99.99% availability per month for ECS and EBS
What S3 data transfers are free?
All data in, transfers between buckets and other AWS services if in same region, transfers to CloudFront
(also the first 1 GB is free tier)
What is notable about the names for transfer acceleration buckets?
They can’t contain full-stops
Which AWS services give root access to the machine?
EC2 and EMR
What types of virtualisation exist on EC2?
Hardware Virtual Machine (HVM) and Paravirtual Machine (PM)
Is S3-Z-IA durable?
Yes, it maintains 11 9’s durability
What are the steps to setting up EFS on an instance?
Open Port 2049, mount it, and set the Linux file permissions
What happens when an EC2 instance is stopped and started again?
The underlying host changes and the instance store is lost
The public IP will change. The private IP won’t
What happens when an EC2 instance is rebooted?
The host does NOT change and the instance store is not wiped
The public IP will not change
What SNS alert is useful when debugging auto-scaling groups?
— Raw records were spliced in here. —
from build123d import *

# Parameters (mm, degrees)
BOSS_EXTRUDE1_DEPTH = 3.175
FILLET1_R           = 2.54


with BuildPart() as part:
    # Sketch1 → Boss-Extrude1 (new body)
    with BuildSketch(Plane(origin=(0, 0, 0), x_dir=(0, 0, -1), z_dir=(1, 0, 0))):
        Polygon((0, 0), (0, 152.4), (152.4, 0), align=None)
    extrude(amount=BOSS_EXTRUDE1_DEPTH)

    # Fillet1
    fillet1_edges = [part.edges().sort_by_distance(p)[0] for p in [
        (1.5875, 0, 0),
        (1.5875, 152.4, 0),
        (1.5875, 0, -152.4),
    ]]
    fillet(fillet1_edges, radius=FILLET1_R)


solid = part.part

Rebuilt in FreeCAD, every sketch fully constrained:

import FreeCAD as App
import Part
import Sketcher
from FreeCAD import Vector
Q = App.Units.Quantity


def edges_at(feature, points):
    """Names of the edges that pass closest to the given points."""
    edges = feature.Shape.Edges
    near = lambda p: min(range(len(edges)), key=lambda i: edges[i].distToShape(Part.Vertex(*p))[0])
    return sorted({f"Edge{near(p) + 1}" for p in points})


def add_polygon(sketch, points):
    """Adds a closed chain of lines whose ends are joined by coincident constraints."""
    first, n = sketch.GeometryCount, len(points)
    for a, b in zip(points, points[1:] + points[:1]):
        sketch.addGeometry(Part.LineSegment(App.Vector(*a, 0), App.Vector(*b, 0)), False)
    for i in range(n):
        sketch.addConstraint(Sketcher.Constraint("Coincident", first + i, 2, first + (i + 1) % n, 1))

doc = App.newDocument("Part")
body = doc.addObject("PartDesign::Body", "Body")

sketch1 = body.newObject("Sketcher::SketchObject", "Sketch")
sketch1.AttachmentSupport = (doc.getObject("YZ_Plane"), [""])
sketch1.MapMode = "FlatFace"
add_polygon(sketch1, [(152, 0), (0, 0), (0, -152)])
sketch1.addConstraint([
    Sketcher.Constraint("Horizontal", 0),
    Sketcher.Constraint("Vertical", 1),
    Sketcher.Constraint("Coincident", 0, 2, -1, 1),
    Sketcher.Constraint("Equal", 0, 1),
    Sketcher.Constraint("DistanceX", 0, 2, 0, 1, Q("6 in")),
])
pad1 = body.newObject("PartDesign::Pad", "Pad")
pad1.Profile = sketch1
pad1.Length = Q("0.125 in")
doc.recompute()

fillet = body.newObject("PartDesign::Fillet", "Fillet")
fillet.Base = (pad1, edges_at(pad1, [(1.587, 0, 0), (1.587, 152.4, 0), (1.587, 0, -152.4)]))
fillet.Radius = Q("0.1 in")

doc.recompute()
Look for EC2_INSTANCE_LAUNCH-ERROR
What is different about MariaDB?
It can’t combine read replicas with MultiAZ
Do changes to RDS require downtime?
Increasing storage does not but scaling up the instance does
What are some special features of Aurora?
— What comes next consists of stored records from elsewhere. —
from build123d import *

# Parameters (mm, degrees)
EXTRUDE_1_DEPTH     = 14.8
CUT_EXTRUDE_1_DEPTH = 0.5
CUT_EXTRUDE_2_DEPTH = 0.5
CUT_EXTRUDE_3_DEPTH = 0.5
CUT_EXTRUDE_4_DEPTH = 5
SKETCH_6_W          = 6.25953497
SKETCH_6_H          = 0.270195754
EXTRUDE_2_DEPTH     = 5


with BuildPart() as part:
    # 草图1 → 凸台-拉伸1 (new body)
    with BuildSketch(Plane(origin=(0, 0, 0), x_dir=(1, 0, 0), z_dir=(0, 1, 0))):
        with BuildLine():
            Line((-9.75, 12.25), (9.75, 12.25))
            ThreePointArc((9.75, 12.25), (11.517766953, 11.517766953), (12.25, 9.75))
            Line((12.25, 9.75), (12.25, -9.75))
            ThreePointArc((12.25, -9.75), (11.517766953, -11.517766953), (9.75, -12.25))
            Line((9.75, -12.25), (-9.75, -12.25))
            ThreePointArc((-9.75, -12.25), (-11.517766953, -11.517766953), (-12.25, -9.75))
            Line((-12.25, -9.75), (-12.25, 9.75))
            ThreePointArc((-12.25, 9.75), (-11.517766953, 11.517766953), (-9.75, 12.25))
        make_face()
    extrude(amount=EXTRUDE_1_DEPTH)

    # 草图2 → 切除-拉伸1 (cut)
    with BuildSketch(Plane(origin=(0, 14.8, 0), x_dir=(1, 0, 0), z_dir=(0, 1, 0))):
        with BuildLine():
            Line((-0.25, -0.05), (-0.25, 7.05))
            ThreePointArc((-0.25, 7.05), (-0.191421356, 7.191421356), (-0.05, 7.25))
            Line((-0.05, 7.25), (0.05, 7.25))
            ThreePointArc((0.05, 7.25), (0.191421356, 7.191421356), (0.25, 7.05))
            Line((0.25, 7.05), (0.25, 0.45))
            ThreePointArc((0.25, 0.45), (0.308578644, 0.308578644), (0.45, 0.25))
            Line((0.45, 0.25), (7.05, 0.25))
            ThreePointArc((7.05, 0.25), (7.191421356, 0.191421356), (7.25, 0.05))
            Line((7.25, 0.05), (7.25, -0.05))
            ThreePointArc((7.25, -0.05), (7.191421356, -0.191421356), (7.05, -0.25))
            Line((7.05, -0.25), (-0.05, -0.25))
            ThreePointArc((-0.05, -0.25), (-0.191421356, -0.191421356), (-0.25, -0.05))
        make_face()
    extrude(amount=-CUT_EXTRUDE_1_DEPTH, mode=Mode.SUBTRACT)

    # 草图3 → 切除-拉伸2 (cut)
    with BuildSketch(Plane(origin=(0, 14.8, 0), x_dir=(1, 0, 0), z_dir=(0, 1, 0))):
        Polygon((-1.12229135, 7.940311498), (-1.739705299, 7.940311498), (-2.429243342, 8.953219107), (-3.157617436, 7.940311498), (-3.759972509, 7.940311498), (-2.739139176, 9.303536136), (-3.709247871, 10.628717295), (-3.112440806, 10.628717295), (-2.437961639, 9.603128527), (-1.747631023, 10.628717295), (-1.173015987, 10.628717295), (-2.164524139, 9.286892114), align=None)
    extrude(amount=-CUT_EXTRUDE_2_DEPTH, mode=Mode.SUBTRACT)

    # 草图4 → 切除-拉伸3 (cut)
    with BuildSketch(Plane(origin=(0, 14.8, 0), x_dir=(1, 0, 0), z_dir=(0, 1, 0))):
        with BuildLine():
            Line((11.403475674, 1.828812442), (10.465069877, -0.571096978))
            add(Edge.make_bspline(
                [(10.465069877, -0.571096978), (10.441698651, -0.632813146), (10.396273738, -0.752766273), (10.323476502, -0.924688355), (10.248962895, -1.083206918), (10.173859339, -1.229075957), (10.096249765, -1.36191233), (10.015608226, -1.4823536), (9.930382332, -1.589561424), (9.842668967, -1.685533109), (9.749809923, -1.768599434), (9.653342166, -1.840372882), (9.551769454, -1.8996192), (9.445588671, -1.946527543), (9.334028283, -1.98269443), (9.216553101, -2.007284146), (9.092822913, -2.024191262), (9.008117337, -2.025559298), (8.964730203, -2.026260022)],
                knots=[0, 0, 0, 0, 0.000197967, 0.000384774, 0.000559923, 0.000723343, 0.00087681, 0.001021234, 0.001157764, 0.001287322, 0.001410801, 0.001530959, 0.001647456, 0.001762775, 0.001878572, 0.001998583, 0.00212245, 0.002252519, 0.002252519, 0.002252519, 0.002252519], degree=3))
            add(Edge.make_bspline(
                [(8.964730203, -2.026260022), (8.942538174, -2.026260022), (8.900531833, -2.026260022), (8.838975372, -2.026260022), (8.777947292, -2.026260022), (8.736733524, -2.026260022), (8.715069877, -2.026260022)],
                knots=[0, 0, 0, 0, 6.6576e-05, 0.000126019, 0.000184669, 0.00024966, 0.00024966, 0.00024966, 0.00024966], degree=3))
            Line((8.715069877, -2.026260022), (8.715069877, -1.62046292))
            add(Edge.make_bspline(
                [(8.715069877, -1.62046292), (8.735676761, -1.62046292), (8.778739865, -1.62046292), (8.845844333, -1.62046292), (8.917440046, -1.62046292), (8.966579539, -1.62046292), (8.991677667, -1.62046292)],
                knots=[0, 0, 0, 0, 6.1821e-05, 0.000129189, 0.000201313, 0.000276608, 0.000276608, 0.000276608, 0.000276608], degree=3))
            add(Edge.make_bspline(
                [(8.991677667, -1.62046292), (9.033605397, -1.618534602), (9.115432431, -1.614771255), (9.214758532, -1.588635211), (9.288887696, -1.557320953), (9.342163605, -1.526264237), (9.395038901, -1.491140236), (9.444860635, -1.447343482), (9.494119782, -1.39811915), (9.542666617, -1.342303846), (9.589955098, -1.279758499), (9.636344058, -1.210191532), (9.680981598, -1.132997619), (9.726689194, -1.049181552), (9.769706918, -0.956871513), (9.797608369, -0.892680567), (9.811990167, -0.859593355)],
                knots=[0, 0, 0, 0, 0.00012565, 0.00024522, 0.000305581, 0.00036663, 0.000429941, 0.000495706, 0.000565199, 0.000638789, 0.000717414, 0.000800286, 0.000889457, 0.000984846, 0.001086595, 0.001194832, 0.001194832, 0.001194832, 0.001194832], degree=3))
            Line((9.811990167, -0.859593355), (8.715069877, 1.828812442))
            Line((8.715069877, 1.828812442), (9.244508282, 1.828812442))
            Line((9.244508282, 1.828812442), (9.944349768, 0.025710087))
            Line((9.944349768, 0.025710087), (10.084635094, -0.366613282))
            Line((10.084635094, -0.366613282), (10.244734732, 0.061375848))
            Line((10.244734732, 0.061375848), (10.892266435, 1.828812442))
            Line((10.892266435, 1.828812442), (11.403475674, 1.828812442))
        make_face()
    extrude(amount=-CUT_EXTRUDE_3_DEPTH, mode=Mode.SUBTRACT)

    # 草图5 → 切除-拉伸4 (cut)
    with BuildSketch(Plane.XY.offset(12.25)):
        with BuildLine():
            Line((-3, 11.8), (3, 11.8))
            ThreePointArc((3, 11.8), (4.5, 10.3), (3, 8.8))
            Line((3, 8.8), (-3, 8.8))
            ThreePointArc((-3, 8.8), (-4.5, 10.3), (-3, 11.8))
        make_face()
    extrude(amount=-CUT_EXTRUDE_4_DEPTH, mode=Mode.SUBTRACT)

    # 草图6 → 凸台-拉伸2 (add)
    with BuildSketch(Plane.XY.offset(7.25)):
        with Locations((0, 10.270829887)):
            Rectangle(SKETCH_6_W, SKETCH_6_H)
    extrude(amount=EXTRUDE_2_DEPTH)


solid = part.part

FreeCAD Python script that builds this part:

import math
import FreeCAD as App
import Part
import Sketcher

V = App.Vector
Q = App.Units.Quantity


def add_polygon(sketch, points):
    """Adds a closed chain of lines whose ends are joined by coincident constraints."""
    first, n = sketch.GeometryCount, len(points)
    for a, b in zip(points, points[1:] + points[:1]):
        sketch.addGeometry(Part.LineSegment(App.Vector(*a, 0), App.Vector(*b, 0)), False)
    for i in range(n):
        sketch.addConstraint(Sketcher.Constraint("Coincident", first + i, 2, first + (i + 1) % n, 1))

doc = App.newDocument("Part")
params = doc.addObject("Spreadsheet::Sheet", "Params")
for row, (alias, value) in enumerate([
    ("sketch1_radius", "2.5 mm"),
    ("sketch1_width", "19.5 mm"),
    ("pad1_length", "14.8 mm"),
    ("sketch2_radius", "0.2 mm"),
    ("sketch2_width", "7.1 mm"),
    ("sketch2_width2", "6.6 mm"),
    ("pocket1_length", "0.5 mm"),
    ("pocket2_length", "0.5 mm"),
    ("pocket3_length", "0.5 mm"),
    ("sketch5_radius", "1.5 mm"),
    ("sketch5_width", "6 mm"),
    ("pocket4_length", "5 mm"),
    ("pad2_length", "5 mm"),
], start=1):
    params.set(f"A{row}", alias)
    params.set(f"B{row}", "=" + value)
    params.setAlias(f"B{row}", alias)

body = doc.addObject("PartDesign::Body", "Body")

sketch1 = body.newObject("Sketcher::SketchObject", "Sketch")
sketch1.AttachmentSupport = (doc.getObject("XZ_Plane"), [""])
sketch1.MapMode = "FlatFace"
sketch1.addGeometry(Part.LineSegment(V(9.75, -12.25, 0), V(-9.75, -12.25, 0)), False)
sketch1.addGeometry(Part.ArcOfCircle(Part.Circle(V(-9.75, -9.75, 0), V(0, 0, 1), 2.5), math.radians(180), math.radians(270)), False)
sketch1.addGeometry(Part.LineSegment(V(-12.25, -9.75, 0), V(-12.25, 9.75, 0)), False)
sketch1.addGeometry(Part.ArcOfCircle(Part.Circle(V(-9.75, 9.75, 0), V(0, 0, 1), 2.5), math.radians(90), math.radians(180)), False)
sketch1.addGeometry(Part.LineSegment(V(-9.75, 12.25, 0), V(9.75, 12.25, 0)), False)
It has continuous backups. Read-replicas share the underlying storage so there isn’t replication lag
They support both MySQL and PostgreSQL
There is a serverless offering in which you don’t worry about instances
What are ALB path patterns used for?
Routing different URL parts to different servers
What could cause a Classic Load Balancer do not share load across its instances?
Cross-Zone Load Balancing has not been enabled
Does RDS support custom plugins?
No
What are the limits on SQS message size? How does this affect pricing?
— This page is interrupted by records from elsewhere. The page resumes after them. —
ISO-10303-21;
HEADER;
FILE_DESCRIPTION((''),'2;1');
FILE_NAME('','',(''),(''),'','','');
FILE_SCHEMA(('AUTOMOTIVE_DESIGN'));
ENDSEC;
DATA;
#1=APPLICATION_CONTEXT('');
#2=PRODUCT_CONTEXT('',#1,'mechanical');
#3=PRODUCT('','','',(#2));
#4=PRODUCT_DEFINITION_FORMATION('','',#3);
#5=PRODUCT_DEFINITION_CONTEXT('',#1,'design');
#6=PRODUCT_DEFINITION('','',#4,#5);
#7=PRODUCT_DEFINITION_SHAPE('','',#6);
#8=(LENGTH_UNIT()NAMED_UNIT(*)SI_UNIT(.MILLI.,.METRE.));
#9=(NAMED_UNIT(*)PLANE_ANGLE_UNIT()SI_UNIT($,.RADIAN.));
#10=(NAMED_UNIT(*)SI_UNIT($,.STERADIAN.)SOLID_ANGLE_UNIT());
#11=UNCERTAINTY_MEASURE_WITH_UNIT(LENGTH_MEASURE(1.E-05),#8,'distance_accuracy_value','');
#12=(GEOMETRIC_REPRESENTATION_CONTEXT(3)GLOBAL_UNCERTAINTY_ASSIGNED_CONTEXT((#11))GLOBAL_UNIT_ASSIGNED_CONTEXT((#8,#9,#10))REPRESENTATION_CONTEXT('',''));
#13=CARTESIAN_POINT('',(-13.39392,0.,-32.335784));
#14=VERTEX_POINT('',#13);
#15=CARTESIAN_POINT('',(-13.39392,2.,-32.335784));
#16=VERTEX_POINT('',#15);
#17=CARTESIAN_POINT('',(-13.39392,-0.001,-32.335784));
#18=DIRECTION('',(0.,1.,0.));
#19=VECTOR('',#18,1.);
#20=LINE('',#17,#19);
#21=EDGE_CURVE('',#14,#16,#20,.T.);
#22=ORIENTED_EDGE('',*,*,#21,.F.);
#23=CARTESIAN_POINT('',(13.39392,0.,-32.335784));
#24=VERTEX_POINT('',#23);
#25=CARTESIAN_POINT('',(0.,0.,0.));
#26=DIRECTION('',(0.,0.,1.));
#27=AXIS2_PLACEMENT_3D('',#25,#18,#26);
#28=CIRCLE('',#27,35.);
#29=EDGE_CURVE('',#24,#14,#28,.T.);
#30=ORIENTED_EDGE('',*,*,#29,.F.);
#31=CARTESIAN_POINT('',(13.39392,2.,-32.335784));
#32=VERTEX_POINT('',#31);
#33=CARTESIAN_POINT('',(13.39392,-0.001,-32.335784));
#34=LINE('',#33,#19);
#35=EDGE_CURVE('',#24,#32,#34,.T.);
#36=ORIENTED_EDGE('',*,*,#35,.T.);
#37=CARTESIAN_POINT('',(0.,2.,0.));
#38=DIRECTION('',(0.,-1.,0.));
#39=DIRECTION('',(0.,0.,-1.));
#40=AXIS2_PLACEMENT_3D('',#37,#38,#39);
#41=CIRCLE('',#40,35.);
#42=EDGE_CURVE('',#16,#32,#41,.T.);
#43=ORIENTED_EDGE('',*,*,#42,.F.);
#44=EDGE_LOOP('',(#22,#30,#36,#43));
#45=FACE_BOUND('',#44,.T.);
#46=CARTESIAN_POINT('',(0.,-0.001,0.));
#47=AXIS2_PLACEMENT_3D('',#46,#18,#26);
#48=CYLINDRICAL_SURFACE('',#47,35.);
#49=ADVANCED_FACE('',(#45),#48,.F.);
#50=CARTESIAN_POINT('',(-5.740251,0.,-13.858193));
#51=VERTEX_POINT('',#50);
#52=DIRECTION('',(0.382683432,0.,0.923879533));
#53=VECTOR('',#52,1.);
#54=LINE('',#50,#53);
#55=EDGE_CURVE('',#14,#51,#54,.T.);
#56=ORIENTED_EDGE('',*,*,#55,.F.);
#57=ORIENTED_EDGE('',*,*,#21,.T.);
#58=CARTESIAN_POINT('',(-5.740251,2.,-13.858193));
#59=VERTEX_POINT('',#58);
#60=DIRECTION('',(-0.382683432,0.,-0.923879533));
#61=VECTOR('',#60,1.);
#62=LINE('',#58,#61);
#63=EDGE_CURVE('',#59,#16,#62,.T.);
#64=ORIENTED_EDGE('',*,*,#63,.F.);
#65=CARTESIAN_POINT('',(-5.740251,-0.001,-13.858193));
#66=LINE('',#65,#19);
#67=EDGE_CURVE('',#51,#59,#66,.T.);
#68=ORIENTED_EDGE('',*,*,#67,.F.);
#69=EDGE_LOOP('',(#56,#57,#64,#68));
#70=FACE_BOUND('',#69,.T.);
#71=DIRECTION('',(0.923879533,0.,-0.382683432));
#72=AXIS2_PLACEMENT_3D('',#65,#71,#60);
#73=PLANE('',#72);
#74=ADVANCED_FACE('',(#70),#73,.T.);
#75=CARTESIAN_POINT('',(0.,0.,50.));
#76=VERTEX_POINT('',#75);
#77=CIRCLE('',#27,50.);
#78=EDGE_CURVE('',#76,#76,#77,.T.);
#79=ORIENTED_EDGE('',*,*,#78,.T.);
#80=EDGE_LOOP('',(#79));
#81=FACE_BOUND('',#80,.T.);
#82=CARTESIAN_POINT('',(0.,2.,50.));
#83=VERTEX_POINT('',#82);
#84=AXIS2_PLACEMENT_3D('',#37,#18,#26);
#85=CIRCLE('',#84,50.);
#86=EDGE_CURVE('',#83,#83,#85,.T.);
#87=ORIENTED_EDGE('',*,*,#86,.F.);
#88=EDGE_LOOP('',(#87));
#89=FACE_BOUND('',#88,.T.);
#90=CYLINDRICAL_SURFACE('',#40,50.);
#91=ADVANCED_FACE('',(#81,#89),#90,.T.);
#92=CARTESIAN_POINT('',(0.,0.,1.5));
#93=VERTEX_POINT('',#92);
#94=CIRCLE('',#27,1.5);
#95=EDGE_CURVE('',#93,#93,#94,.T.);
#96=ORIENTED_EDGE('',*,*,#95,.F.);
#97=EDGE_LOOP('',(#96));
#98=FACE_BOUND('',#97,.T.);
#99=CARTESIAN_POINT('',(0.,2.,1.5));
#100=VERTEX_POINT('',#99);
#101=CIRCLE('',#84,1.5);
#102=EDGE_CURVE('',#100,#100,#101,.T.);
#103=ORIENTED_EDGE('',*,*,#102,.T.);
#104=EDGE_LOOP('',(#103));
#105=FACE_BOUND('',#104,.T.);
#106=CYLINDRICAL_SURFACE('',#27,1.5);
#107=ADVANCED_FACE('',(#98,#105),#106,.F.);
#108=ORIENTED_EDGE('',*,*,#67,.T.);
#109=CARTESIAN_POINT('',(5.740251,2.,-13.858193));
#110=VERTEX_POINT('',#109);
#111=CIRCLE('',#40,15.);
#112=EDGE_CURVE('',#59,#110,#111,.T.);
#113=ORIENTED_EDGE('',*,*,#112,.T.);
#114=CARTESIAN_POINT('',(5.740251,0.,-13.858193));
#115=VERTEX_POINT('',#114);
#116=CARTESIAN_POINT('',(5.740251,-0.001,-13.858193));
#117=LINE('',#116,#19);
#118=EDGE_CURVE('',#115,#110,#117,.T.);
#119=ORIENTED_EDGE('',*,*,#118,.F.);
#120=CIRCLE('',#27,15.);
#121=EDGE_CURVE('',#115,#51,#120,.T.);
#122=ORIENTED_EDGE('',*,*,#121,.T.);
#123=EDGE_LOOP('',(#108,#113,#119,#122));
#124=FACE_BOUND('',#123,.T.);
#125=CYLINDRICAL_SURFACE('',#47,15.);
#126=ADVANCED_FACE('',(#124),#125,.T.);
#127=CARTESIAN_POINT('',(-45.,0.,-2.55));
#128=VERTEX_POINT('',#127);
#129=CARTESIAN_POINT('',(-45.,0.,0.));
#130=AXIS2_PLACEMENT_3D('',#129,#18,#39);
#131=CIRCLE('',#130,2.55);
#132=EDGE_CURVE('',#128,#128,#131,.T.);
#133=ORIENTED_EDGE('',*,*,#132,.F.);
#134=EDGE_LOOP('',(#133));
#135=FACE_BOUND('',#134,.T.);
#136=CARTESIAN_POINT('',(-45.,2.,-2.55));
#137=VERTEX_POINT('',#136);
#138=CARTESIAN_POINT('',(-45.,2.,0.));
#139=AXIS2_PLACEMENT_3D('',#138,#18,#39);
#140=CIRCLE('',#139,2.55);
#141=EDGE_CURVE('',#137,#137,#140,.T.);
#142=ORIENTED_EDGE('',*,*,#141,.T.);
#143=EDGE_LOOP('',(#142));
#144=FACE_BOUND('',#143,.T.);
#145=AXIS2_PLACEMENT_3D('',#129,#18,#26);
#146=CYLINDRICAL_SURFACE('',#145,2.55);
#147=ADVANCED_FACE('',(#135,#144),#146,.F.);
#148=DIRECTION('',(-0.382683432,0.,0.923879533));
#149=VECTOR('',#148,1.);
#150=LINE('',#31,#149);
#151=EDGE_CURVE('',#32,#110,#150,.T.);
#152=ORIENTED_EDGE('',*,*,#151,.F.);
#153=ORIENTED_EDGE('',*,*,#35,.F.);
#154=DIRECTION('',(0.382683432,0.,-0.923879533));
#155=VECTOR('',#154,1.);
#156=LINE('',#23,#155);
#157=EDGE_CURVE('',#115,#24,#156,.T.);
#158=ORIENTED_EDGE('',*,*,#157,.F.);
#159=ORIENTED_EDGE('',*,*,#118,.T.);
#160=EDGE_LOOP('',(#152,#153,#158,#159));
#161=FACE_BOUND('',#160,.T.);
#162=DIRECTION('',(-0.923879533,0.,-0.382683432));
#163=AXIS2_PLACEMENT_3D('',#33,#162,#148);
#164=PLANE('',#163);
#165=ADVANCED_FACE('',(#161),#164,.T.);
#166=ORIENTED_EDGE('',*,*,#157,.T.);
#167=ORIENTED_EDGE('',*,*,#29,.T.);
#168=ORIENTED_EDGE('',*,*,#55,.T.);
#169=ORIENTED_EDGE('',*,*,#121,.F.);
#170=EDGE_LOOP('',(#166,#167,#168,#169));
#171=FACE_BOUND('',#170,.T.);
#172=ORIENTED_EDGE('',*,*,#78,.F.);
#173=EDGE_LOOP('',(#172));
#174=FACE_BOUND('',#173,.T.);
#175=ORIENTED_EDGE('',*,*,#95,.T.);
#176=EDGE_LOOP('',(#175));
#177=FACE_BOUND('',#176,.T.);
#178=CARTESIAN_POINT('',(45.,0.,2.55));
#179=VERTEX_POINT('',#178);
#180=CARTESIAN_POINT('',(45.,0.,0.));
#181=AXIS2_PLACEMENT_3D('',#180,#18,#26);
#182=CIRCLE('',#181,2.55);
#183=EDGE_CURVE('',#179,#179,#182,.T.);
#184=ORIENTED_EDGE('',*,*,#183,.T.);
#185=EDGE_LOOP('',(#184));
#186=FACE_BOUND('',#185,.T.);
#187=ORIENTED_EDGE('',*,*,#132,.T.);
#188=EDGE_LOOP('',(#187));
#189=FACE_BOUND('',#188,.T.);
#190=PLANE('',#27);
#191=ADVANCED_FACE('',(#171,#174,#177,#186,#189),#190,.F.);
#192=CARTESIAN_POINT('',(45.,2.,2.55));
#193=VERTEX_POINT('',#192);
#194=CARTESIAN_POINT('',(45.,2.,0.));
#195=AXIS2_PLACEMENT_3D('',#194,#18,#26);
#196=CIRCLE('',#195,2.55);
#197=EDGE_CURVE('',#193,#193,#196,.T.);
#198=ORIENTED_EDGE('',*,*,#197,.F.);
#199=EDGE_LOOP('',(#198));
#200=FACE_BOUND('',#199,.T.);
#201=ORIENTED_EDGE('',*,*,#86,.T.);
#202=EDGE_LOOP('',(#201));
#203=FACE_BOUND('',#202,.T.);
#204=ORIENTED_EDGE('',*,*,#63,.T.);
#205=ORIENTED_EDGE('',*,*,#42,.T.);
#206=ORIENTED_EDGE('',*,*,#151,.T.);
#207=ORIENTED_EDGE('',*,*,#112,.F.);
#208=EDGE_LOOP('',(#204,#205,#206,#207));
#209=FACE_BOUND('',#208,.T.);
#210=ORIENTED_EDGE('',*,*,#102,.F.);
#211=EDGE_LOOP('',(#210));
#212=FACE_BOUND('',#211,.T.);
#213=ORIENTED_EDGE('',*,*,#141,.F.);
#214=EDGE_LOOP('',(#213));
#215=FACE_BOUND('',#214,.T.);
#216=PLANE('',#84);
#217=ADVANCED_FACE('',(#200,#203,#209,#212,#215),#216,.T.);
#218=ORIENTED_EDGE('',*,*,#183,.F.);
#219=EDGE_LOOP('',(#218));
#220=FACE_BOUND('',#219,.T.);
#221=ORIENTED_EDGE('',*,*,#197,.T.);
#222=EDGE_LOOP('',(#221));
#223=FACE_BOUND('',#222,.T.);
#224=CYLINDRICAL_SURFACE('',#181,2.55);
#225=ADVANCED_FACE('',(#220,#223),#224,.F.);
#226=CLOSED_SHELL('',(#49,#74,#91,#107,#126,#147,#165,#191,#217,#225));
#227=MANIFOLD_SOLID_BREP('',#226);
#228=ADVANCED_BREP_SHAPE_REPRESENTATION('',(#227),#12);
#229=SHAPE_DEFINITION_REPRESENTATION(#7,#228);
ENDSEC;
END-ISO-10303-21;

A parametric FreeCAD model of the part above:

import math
import FreeCAD as App
import Part
import Sketcher
from FreeCAD import Vector
Q = App.Units.Quantity

doc = App.newDocument("Part")
body = doc.addObject("PartDesign::Body", "Body")

# Sketch on XZ plane
sketch1 = body.newObject("Sketcher::SketchObject", "Sketch")
sketch1.AttachmentSupport = (doc.getObject("XZ_Plane"), [""])
sketch1.MapMode = "FlatFace"
sketch1.addGeometry(Part.Circle(Vector(0, 0, 0), Vector(0, 0, 1), 50), False)
sketch1.addConstraint([
    Sketcher.Constraint("Coincident", 0, 3, -1, 1),
    Sketcher.Constraint("Diameter", 0, Q("100 mm")),
])
pad1 = body.newObject("PartDesign::Pad", "Pad")
pad1.Profile = sketch1
pad1.Length = 2
pad1.Reversed = True

# Sketch on XZ plane
sketch2 = body.newObject("Sketcher::SketchObject", "Sketch001")
sketch2.AttachmentSupport = (doc.getObject("XZ_Plane"), [""])
sketch2.MapMode = "FlatFace"
sketch2.AttachmentOffset = App.Placement(Vector(0, 0, -2), App.Rotation())
sketch2.addGeometry([
    Part.LineSegment(Vector(-13, -32, 0), Vector(-6, -14, 0)),
    Part.ArcOfCircle(Part.Circle(Vector(0, 0, 0), Vector(0, 0, 1), 15), math.radians(-112), math.radians(-68)),
    Part.LineSegment(Vector(6, -14, 0), Vector(13, -32, 0)),
    Part.ArcOfCircle(Part.Circle(Vector(0, 0, 0), Vector(0, 0, 1), 35), math.radians(-112), math.radians(-68)),
], False)
sketch2.addConstraint([
    Sketcher.Constraint("Coincident", 0, 2, 1, 1),
    Sketcher.Constraint("Coincident", 1, 2, 2, 1),
    Sketcher.Constraint("Coincident", 2, 2, 3, 2),
    Sketcher.Constraint("Coincident", 3, 1, 0, 1),
    Sketcher.Constraint("Coincident", 1, 3, -1, 1),
    Sketcher.Constraint("Coincident", 3, 3, -1, 1),
    Sketcher.Constraint("Horizontal", 0, 2, 1, 2),
    Sketcher.Constraint("Horizontal", 2, 2, 3, 1),
    Sketcher.Constraint("Radius", 1, Q("15 mm")),
    Sketcher.Constraint("Radius", 3, Q("35 mm")),
    Sketcher.Constraint("Angle", 0, Q("67.5 deg")),
    Sketcher.Constraint("DistanceX", 0, 2, -1, 1, Q("5.740251 mm")),
])
pocket1 = body.newObject("PartDesign::Pocket", "Pocket")
pocket1.Profile = sketch2
pocket1.Type = "UpToFirst"
pocket1.Reversed = True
They can be up to 256 KB but are charged in blocks of 64 KB
How long are CloudWatch metrics of deleted instances retained for?
15 months
What happens when SAML is used to log into the console?
The user identity is verified before generating a response
A sign-in URL to the console is set as a redirect
What does a VPN into AWS require?
A Virtual Private Gateway, an on-premises Customer Gateway, and a VPC with Hardware VPN access
What are the tenancy options for EC2?
- Default (shared)
- Dedicated (just you)
- Host (you control config + same server each time)
Can tenancy options on EC2 be changed?
You can only switch between dedicated and host, but this requires restarting the instance
In practical terms, how resilient is S3?
All storage classes except S3-Z-IA are designed to sustain the complete loss of an AZ, or partial loss of two
At what level do Route Tables apply?
They apply to subnets, not instances
What are the steps to securely add an instance to the internet?
- Create a route from the instance’s subnet to a NAT Gateway
- Create a route from the NAT Gateway to an IGW
Are IGWs highly-available?
Yes, then span AZs
What should be used to prevent against single-instance failure?
An autoscaling group
How does EC2 auto-recover work?
It monitors CloudWatch alarms.
Note that it preserves the IP addresses of instances
Should you put load balancers in a database subnet?
No - there’s no point
How can traffic to host-names be blocked?
Use a proxy server - NACLs can’t block host-names
How can network throughput between instances be maximised?
Use enhanced networking and a clustered placement group
What performance does S3 provide?
5500 requests per second to read data; 3500 requests per second to write
Why might newly created EBS volumes be slow?
If created from a snapshot, they are slow each time a block is read for the first time
Can CloudFront cache dynamic content?
Yes if it is based on query strings
Can load balancers work with more than one https hostname at once?
ALBs can; Classic Load Balancers can’t because they can only have one SSL certificate at a time
Should on-prem be used with CloudFront?
Not really - it’s usually cheaper just to use S3
Can the type of an EC2 instance be changed?
Yes - this requires a restart and that they have similar architectures etc.